• **What you will do**:
In the records below, begin at the line containing "#85=AXIS2_PLACEMENT_3D('',#15,#31,#36);" and end at the line containing "#106=EDGE_LOOP('',(#102,#103,#104,#105));"; quote every line in that span exactly, including both boundary lines, and no others.

Dataset entries:

☆ ☆ ☆ ☆ ☆ ☆ ☆

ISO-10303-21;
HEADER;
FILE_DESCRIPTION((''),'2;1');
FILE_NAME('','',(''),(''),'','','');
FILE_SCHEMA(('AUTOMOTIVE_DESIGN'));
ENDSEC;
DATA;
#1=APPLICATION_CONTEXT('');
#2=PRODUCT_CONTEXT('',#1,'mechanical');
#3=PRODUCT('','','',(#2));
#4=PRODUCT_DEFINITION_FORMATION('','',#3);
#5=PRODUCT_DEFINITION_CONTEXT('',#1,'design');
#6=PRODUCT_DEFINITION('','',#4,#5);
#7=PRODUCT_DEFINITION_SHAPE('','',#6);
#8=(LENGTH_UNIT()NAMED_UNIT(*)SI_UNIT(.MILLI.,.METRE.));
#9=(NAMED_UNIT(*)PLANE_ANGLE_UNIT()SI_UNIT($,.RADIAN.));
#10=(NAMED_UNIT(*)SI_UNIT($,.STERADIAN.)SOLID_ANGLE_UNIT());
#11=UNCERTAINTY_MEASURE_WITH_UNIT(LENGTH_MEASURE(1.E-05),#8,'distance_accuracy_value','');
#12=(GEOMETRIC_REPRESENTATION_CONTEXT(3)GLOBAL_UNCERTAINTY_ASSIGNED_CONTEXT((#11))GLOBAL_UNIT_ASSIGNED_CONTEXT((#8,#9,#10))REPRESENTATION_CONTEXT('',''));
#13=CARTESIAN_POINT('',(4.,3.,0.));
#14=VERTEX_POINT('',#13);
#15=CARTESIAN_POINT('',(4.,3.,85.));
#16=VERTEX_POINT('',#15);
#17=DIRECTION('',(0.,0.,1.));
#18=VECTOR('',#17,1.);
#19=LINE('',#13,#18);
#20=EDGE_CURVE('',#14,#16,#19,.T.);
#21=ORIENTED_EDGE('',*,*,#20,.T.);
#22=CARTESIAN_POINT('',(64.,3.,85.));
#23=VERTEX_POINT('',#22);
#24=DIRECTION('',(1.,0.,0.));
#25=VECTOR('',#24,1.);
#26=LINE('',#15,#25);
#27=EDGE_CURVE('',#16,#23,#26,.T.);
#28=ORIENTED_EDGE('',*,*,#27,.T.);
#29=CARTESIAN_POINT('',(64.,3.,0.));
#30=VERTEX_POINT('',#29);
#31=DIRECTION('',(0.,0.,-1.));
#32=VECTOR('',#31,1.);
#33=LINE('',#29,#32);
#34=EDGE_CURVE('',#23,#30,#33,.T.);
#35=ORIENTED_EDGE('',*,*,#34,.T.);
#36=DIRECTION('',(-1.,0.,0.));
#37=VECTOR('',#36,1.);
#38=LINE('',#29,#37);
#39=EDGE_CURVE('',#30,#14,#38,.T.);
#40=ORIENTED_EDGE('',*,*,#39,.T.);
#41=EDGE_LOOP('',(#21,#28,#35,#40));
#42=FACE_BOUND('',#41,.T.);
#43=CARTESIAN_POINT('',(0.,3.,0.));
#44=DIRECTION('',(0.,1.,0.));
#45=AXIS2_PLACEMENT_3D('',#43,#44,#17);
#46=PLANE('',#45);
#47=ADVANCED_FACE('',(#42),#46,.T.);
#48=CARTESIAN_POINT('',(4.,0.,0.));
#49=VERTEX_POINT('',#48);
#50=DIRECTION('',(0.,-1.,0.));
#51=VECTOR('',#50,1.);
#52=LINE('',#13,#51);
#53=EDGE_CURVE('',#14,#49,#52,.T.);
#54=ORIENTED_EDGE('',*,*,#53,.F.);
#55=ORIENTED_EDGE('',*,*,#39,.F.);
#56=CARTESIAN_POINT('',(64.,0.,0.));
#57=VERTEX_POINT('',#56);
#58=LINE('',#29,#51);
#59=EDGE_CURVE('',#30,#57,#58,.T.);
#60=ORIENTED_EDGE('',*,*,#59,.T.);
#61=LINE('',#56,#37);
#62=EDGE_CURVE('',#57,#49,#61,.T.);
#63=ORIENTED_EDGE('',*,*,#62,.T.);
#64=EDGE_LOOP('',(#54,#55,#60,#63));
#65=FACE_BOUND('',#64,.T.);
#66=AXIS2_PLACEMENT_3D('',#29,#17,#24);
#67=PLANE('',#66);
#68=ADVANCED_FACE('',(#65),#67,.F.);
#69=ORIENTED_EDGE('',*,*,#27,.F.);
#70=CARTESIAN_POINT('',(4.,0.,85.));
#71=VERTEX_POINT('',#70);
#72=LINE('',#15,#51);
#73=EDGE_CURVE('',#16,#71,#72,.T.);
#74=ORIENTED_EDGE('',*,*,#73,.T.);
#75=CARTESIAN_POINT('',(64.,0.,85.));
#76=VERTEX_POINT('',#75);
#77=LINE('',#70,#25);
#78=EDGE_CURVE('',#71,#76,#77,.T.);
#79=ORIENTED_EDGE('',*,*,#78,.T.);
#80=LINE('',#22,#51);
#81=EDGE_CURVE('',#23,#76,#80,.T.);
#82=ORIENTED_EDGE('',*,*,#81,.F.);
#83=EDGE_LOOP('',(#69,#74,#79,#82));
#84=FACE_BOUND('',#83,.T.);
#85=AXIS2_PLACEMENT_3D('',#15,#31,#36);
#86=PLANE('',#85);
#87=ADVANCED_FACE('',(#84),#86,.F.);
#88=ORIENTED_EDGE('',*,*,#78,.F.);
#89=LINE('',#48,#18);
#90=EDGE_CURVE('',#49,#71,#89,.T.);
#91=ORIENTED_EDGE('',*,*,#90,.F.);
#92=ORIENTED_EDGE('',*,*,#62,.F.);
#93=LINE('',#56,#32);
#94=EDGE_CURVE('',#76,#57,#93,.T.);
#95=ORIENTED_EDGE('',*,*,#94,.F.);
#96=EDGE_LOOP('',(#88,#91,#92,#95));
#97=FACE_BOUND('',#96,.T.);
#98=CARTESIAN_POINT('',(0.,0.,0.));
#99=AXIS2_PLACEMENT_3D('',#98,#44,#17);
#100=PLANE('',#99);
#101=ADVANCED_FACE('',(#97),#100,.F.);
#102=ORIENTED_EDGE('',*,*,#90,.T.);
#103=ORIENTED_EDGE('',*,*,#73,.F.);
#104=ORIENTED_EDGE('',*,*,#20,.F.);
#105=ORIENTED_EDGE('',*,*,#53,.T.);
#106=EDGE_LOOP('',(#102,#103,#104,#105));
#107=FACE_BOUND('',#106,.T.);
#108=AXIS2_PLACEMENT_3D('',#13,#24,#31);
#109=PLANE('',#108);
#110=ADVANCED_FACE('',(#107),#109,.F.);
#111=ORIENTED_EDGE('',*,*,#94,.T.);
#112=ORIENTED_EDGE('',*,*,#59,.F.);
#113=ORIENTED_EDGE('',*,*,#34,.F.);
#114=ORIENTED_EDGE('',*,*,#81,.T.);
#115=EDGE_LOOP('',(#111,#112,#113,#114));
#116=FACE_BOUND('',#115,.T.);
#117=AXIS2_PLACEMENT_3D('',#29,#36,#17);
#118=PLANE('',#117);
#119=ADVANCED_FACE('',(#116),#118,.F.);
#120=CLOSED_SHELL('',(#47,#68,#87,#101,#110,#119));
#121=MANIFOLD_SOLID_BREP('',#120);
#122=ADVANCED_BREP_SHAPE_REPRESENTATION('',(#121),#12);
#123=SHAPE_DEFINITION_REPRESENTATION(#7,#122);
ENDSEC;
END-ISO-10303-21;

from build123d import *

# Parameters (mm, degrees)
SKETCH_1_W      = 60
SKETCH_1_H      = 85
EXTRUDE_1_DEPTH = 3


with BuildPart() as part:
    # Эскиз1 → Бобышка-Вытянуть1 (new body)
    with BuildSketch(Plane(origin=(0, 0, 0), x_dir=(1, 0, 0), z_dir=(0, 1, 0))):
        with Locations((34, -42.5)):
            Rectangle(SKETCH_1_W, SKETCH_1_H)
    extrude(amount=EXTRUDE_1_DEPTH)


solid = part.part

☆ ☆ ☆ ☆ ☆ ☆ ☆

• **Answer to this task**:
#85=AXIS2_PLACEMENT_3D('',#15,#31,#36);
#86=PLANE('',#85);
#87=ADVANCED_FACE('',(#84),#86,.F.);
#88=ORIENTED_EDGE('',*,*,#78,.F.);
#89=LINE('',#48,#18);
#90=EDGE_CURVE('',#49,#71,#89,.T.);
#91=ORIENTED_EDGE('',*,*,#90,.F.);
#92=ORIENTED_EDGE('',*,*,#62,.F.);
#93=LINE('',#56,#32);
#94=EDGE_CURVE('',#76,#57,#93,.T.);
#95=ORIENTED_EDGE('',*,*,#94,.F.);
#96=EDGE_LOOP('',(#88,#91,#92,#95));
#97=FACE_BOUND('',#96,.T.);
#98=CARTESIAN_POINT('',(0.,0.,0.));
#99=AXIS2_PLACEMENT_3D('',#98,#44,#17);
#100=PLANE('',#99);
#101=ADVANCED_FACE('',(#97),#100,.F.);
#102=ORIENTED_EDGE('',*,*,#90,.T.);
#103=ORIENTED_EDGE('',*,*,#73,.F.);
#104=ORIENTED_EDGE('',*,*,#20,.F.);
#105=ORIENTED_EDGE('',*,*,#53,.T.);
#106=EDGE_LOOP('',(#102,#103,#104,#105));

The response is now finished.